Exercise objective. In the entries that follow, the first line to write out is the one containing "v14 (91.4022,-9.2765,0)", and the last is the one containing "e23 v14 v19". Reproduce that stretch exactly, with nothing before or after it.

Material to process.
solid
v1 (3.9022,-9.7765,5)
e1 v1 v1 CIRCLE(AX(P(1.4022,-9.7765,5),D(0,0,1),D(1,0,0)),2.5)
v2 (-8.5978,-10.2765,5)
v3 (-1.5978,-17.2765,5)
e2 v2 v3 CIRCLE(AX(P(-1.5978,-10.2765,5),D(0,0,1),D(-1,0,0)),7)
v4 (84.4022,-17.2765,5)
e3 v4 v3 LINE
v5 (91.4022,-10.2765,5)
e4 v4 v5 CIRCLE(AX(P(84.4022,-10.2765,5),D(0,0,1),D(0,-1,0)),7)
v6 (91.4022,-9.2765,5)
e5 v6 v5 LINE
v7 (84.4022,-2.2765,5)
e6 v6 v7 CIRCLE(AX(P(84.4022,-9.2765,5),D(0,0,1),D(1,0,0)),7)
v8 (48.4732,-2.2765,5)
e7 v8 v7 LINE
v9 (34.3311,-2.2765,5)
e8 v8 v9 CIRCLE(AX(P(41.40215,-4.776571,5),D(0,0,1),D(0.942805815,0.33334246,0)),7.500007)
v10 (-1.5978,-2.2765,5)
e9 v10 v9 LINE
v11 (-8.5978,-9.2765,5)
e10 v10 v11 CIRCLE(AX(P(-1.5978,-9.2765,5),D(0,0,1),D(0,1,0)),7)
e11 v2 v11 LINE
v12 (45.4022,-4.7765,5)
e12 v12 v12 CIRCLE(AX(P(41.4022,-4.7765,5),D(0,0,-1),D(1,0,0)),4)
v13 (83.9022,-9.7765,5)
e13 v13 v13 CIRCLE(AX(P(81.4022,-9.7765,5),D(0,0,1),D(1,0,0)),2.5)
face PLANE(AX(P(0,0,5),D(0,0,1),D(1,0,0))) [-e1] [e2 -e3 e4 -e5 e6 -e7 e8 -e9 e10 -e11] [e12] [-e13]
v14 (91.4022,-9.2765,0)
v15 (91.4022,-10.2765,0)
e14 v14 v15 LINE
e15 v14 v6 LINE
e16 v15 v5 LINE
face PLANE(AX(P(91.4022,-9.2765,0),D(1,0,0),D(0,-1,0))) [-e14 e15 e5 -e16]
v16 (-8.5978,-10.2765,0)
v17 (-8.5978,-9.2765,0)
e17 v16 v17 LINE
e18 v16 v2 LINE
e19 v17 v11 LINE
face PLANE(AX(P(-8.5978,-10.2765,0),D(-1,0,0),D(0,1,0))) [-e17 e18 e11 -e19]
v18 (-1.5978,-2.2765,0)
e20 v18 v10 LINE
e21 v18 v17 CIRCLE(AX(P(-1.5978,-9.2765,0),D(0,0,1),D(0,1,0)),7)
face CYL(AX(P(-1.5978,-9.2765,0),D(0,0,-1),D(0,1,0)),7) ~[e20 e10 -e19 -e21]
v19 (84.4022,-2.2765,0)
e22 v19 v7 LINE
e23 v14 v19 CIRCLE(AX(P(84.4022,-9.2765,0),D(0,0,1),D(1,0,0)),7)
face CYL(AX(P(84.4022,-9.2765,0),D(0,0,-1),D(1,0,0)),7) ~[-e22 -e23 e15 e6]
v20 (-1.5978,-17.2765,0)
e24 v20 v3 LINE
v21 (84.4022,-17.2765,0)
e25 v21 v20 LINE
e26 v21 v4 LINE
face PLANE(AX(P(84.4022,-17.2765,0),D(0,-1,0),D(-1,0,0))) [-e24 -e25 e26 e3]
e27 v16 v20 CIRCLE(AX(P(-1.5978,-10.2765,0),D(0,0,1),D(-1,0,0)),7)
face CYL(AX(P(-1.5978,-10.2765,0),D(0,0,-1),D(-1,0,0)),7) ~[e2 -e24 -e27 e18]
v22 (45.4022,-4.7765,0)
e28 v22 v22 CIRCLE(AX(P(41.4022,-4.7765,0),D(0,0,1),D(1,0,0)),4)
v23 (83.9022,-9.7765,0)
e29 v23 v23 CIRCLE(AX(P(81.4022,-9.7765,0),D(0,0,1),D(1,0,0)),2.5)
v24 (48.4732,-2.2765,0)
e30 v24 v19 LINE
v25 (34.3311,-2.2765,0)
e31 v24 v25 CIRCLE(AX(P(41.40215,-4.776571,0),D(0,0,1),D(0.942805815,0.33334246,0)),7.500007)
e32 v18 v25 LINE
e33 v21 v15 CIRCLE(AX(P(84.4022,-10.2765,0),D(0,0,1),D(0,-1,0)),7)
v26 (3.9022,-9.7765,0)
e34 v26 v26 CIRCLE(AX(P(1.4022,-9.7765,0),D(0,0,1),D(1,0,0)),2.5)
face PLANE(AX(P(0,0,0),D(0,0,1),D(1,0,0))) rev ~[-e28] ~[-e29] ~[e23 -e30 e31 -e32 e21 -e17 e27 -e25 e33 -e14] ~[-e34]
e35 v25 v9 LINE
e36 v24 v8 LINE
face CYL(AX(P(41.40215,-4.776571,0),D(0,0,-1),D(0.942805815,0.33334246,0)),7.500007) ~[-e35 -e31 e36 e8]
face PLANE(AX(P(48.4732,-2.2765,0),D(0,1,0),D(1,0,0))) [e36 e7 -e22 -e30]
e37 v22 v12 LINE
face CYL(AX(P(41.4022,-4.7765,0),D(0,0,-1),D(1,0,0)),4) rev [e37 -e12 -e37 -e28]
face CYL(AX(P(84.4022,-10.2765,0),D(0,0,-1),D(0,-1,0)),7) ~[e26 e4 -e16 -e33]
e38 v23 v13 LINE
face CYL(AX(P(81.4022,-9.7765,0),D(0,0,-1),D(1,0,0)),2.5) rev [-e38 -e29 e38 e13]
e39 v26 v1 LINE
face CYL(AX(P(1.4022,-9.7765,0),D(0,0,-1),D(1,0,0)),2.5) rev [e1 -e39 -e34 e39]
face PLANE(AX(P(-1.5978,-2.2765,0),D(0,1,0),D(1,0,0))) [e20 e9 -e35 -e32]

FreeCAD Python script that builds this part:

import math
import FreeCAD as App
import Part
import Sketcher

V = App.Vector

doc = App.newDocument("Part")
body = doc.addObject("PartDesign::Body", "Body")

# Sketch on XY plane
sketch1 = body.newObject("Sketcher::SketchObject", "Sketch")
sketch1.AttachmentSupport = (doc.getObject("XY_Plane"), [""])
sketch1.MapMode = "FlatFace"
sketch1.addGeometry(Part.LineSegment(V(34.3, -2.3, 0), V(-1.6, -2.3, 0)), False)
sketch1.addGeometry(Part.ArcOfCircle(Part.Circle(V(-1.6, -9.3, 0), V(0, 0, 1), 7), math.radians(90), math.radians(180)), False)
sketch1.addGeometry(Part.LineSegment(V(-8.6, -9.3, 0), V(-8.6, -10.3, 0)), False)
sketch1.addGeometry(Part.ArcOfCircle(Part.Circle(V(-1.6, -10.3, 0), V(0, 0, 1), 7), math.radians(180), math.radians(270)), False)
sketch1.addGeometry(Part.LineSegment(V(-1.6, -17.3, 0), V(84.4, -17.3, 0)), False)
sketch1.addGeometry(Part.ArcOfCircle(Part.Circle(V(84.4, -10.3, 0), V(0, 0, 1), 7), math.radians(-90), math.radians(0)), False)
sketch1.addGeometry(Part.LineSegment(V(91.4, -10.3, 0), V(91.4, -9.3, 0)), False)
sketch1.addGeometry(Part.ArcOfCircle(Part.Circle(V(84.4, -9.3, 0), V(0, 0, 1), 7), math.radians(0), math.radians(90)), False)
sketch1.addGeometry(Part.LineSegment(V(84.4, -2.3, 0), V(48.5, -2.3, 0)), False)
sketch1.addGeometry(Part.ArcOfCircle(Part.Circle(V(41.4, -4.8, 0), V(0, 0, 1), 7.5), math.radians(19), math.radians(161)), False)
sketch1.addGeometry(Part.Circle(V(1.4, -9.8, 0), V(0, 0, 1), 2.5), False)
sketch1.addGeometry(Part.Circle(V(81.4, -9.8, 0), V(0, 0, 1), 2.5), False)
sketch1.addGeometry(Part.Circle(V(41.4, -4.8, 0), V(0, 0, 1), 4), False)
sketch1.addConstraint(Sketcher.Constraint("Tangent", 0, 2, 1, 1))
sketch1.addConstraint(Sketcher.Constraint("Tangent", 1, 2, 2, 1))
sketch1.addConstraint(Sketcher.Constraint("Tangent", 2, 2, 3, 1))
sketch1.addConstraint(Sketcher.Constraint("Tangent", 3, 2, 4, 1))
sketch1.addConstraint(Sketcher.Constraint("Tangent", 4, 2, 5, 1))
sketch1.addConstraint(Sketcher.Constraint("Tangent", 5, 2, 6, 1))
sketch1.addConstraint(Sketcher.Constraint("Tangent", 6, 2, 7, 1))
sketch1.addConstraint(Sketcher.Constraint("Tangent", 7, 2, 8, 1))
sketch1.addConstraint(Sketcher.Constraint("Coincident", 8, 2, 9, 1))
sketch1.addConstraint(Sketcher.Constraint("Coincident", 9, 2, 0, 1))
sketch1.addConstraint(Sketcher.Constraint("Horizontal", 0))
sketch1.addConstraint(Sketcher.Constraint("Vertical", 2))
sketch1.addConstraint(Sketcher.Constraint("Horizontal", 4))
sketch1.addConstraint(Sketcher.Constraint("Vertical", 6))
sketch1.addConstraint(Sketcher.Constraint("Horizontal", 8))
sketch1.addConstraint(Sketcher.Constraint("Coincident", 12, 3, 9, 3))
sketch1.addConstraint(Sketcher.Constraint("Equal", 1, 3))
sketch1.addConstraint(Sketcher.Constraint("Equal", 3, 5))
sketch1.addConstraint(Sketcher.Constraint("Equal", 5, 7))
sketch1.addConstraint(Sketcher.Constraint("Equal", 10, 11))
sketch1.addConstraint(Sketcher.Constraint("Horizontal", 1, 3, 7, 3))
sketch1.addConstraint(Sketcher.Constraint("Horizontal", 10, 3, 11, 3))
sketch1.addConstraint(Sketcher.Constraint("Equal", 0, 8))
sketch1.addConstraint(Sketcher.Constraint("Diameter", 10, 5.0))
sketch1.addConstraint(Sketcher.Constraint("Diameter", 12, 8.0))
sketch1.addConstraint(Sketcher.Constraint("Radius", 1, 7.0))
sketch1.addConstraint(Sketcher.Constraint("Radius", 9, 7.5))
sketch1.addConstraint(Sketcher.Constraint("DistanceX", 10, 3, 9, 3, 40.0))
sketch1.addConstraint(Sketcher.Constraint("DistanceY", 10, 3, 9, 3, 5.0))
sketch1.addConstraint(Sketcher.Constraint("DistanceX", 9, 3, 11, 3, 40.0))
sketch1.addConstraint(Sketcher.Constraint("DistanceY", 3, 3, 0, 2, 8.0))
sketch1.addConstraint(Sketcher.Constraint("DistanceX", 1, 2, 10, 3, 10.0))
sketch1.addConstraint(Sketcher.Constraint("DistanceY", 10, 3, 0, 2, 7.5))
sketch1.addConstraint(Sketcher.Constraint("DistanceX", -1, 1, 9, 2, 34.331))
sketch1.addConstraint(Sketcher.Constraint("DistanceY", 1, 3, -1, 1, 9.2765))
pad1 = body.newObject("PartDesign::Pad", "Pad")
pad1.Profile = sketch1
pad1.Length = 5

doc.recompute()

Result of this exercise.
v14 (91.4022,-9.2765,0)
v15 (91.4022,-10.2765,0)
e14 v14 v15 LINE
e15 v14 v6 LINE
e16 v15 v5 LINE
face PLANE(AX(P(91.4022,-9.2765,0),D(1,0,0),D(0,-1,0))) [-e14 e15 e5 -e16]
v16 (-8.5978,-10.2765,0)
v17 (-8.5978,-9.2765,0)
e17 v16 v17 LINE
e18 v16 v2 LINE
e19 v17 v11 LINE
face PLANE(AX(P(-8.5978,-10.2765,0),D(-1,0,0),D(0,1,0))) [-e17 e18 e11 -e19]
v18 (-1.5978,-2.2765,0)
e20 v18 v10 LINE
e21 v18 v17 CIRCLE(AX(P(-1.5978,-9.2765,0),D(0,0,1),D(0,1,0)),7)
face CYL(AX(P(-1.5978,-9.2765,0),D(0,0,-1),D(0,1,0)),7) ~[e20 e10 -e19 -e21]
v19 (84.4022,-2.2765,0)
e22 v19 v7 LINE
e23 v14 v19 CIRCLE(AX(P(84.4022,-9.2765,0),D(0,0,1),D(1,0,0)),7)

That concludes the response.